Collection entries
◆ ◆ ◆

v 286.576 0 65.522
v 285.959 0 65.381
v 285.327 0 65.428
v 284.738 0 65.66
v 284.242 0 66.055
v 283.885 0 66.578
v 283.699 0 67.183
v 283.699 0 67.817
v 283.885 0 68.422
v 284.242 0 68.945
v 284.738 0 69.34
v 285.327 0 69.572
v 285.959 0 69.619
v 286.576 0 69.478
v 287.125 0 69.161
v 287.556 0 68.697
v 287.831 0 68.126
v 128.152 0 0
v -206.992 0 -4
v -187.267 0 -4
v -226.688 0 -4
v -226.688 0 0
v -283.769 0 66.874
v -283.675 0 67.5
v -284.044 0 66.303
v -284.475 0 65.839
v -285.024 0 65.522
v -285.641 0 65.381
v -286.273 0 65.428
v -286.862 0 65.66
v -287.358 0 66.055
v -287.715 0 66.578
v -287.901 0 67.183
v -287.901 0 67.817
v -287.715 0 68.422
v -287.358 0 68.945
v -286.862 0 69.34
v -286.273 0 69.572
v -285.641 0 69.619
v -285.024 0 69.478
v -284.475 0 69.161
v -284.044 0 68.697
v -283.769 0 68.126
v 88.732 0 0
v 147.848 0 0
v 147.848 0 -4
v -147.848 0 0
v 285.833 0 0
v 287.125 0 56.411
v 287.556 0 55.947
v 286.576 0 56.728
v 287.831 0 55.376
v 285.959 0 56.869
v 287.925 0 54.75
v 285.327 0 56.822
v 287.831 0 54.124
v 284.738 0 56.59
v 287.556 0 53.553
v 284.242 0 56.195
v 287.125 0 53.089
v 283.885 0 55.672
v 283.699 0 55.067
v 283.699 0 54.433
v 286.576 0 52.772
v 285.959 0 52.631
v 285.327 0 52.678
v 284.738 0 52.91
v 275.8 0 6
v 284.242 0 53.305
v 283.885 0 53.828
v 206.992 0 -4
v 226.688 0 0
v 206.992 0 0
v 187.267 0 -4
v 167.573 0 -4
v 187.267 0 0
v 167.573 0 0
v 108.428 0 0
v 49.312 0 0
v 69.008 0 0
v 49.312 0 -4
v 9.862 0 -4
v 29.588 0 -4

◆ ◆ ◆

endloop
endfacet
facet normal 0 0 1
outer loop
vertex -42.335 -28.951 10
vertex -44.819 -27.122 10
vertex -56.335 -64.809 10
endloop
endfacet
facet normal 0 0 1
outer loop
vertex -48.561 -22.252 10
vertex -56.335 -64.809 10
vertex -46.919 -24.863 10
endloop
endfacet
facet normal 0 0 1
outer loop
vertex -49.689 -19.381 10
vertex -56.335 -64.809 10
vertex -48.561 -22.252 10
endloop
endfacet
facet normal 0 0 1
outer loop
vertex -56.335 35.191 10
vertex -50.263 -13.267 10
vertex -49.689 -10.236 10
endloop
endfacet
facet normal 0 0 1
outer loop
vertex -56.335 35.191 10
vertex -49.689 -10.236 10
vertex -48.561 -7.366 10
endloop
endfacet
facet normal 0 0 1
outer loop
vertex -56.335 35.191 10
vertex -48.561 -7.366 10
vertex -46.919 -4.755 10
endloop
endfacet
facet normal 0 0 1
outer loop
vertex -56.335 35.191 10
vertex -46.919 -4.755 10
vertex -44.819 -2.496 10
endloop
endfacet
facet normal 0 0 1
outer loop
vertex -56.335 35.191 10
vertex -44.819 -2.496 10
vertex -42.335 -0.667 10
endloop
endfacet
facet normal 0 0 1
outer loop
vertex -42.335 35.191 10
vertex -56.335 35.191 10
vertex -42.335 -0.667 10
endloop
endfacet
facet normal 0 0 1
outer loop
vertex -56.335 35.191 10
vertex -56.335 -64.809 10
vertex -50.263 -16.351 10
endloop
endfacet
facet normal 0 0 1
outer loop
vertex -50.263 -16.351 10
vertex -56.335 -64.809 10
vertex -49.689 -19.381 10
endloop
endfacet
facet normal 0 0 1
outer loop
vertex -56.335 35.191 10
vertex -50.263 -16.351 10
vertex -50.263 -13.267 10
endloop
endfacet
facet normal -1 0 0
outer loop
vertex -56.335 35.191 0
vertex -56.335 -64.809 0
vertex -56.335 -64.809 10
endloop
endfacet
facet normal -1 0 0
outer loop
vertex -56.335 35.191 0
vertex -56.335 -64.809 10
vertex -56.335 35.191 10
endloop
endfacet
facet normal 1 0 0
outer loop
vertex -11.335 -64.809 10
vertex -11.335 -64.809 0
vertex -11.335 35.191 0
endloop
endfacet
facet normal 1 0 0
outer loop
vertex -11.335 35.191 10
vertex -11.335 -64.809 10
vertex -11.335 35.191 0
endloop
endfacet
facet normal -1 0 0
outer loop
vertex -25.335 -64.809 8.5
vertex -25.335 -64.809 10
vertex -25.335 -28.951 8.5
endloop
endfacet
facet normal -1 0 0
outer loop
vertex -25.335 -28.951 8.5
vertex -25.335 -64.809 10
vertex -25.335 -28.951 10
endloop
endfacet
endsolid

◆ ◆ ◆

__Required action__
Starting at the line above that contains "v -287.901 0 67.817", repeat each line exactly up to and including the line that contains "v 285.833 0 0", and stop there.

__Written solution__
v -287.901 0 67.817
v -287.715 0 68.422
v -287.358 0 68.945
v -286.862 0 69.34
v -286.273 0 69.572
v -285.641 0 69.619
v -285.024 0 69.478
v -284.475 0 69.161
v -284.044 0 68.697
v -283.769 0 68.126
v 88.732 0 0
v 147.848 0 0
v 147.848 0 -4
v -147.848 0 0
v 285.833 0 0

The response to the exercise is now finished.